Representative anamnestic vaccine-induced immune responses in the vaccinees. All vaccinees made CD8⁺ T-cell responses to several epitopes, including some restricted by the MHC-I molecule Mamu-A*02. In the interest of space, we are showing only two of the vaccinees in this figure; data from the remaining vaccinees are shown elsewhere (see Fig. S3 in the supplemental material). Whole-PBMC responses are indicated by blue bars, with responses postchallenge indicated in dark blue and responses observed immediately prior to challenge indicated in light blue. Responses observed in PBMCs depleted of CD8⁺ cells (red) are likely mediated by CD4⁺ T cells. CD8⁺ cell depletion was typically 99% complete (data not shown).

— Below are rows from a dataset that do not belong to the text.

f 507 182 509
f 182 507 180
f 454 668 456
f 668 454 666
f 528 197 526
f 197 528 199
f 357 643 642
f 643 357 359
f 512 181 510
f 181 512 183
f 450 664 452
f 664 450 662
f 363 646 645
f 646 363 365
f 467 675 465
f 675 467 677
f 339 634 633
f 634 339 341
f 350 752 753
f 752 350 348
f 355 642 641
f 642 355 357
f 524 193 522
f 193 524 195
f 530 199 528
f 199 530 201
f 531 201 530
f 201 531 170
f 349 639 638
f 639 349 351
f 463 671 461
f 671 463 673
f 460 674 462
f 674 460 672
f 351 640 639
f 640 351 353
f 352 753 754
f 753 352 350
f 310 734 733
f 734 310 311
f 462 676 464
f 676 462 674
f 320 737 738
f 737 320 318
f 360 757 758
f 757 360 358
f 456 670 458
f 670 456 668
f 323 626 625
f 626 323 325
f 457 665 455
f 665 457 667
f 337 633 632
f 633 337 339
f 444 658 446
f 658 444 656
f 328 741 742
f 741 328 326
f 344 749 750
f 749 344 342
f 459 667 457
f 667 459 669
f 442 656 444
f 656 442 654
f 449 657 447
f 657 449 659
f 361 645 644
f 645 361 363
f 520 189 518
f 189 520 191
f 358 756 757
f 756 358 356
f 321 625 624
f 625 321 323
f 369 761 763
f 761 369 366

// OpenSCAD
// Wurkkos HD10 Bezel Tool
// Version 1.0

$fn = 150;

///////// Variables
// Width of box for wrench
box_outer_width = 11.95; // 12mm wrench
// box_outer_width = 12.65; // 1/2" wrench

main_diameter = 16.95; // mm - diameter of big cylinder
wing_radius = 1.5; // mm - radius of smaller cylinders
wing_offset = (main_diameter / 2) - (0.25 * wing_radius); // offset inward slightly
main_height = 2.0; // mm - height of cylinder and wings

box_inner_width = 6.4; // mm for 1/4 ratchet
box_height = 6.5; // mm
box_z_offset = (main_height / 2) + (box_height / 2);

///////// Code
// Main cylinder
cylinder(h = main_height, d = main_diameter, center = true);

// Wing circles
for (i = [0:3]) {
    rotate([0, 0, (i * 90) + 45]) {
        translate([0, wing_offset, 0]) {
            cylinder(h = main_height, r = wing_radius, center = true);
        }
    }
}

Dark red bars indicate responses observed postchallenge, whereas light red bars indicate responses present immediately prior to the challenge. Green bars represent responses to minimal optimal peptides that bind to Mamu-A*02. As indicated in Table S1 in the supplemental material, some of these epitopes are conserved between SIVmac239 and SIVsmE660, whereas others have several substitutions, some of which could affect T-cell recognition. Again, light green bars indicate responses observed prior to the challenge, whereas dark green bars indicate anamnestic responses. Most anamnestic response analyses were performed at 14 to 15 days postinfection. For a couple of the animals (r00061, r02103), these assays were delayed to 21 days postinfection due to the very low viral loads observed.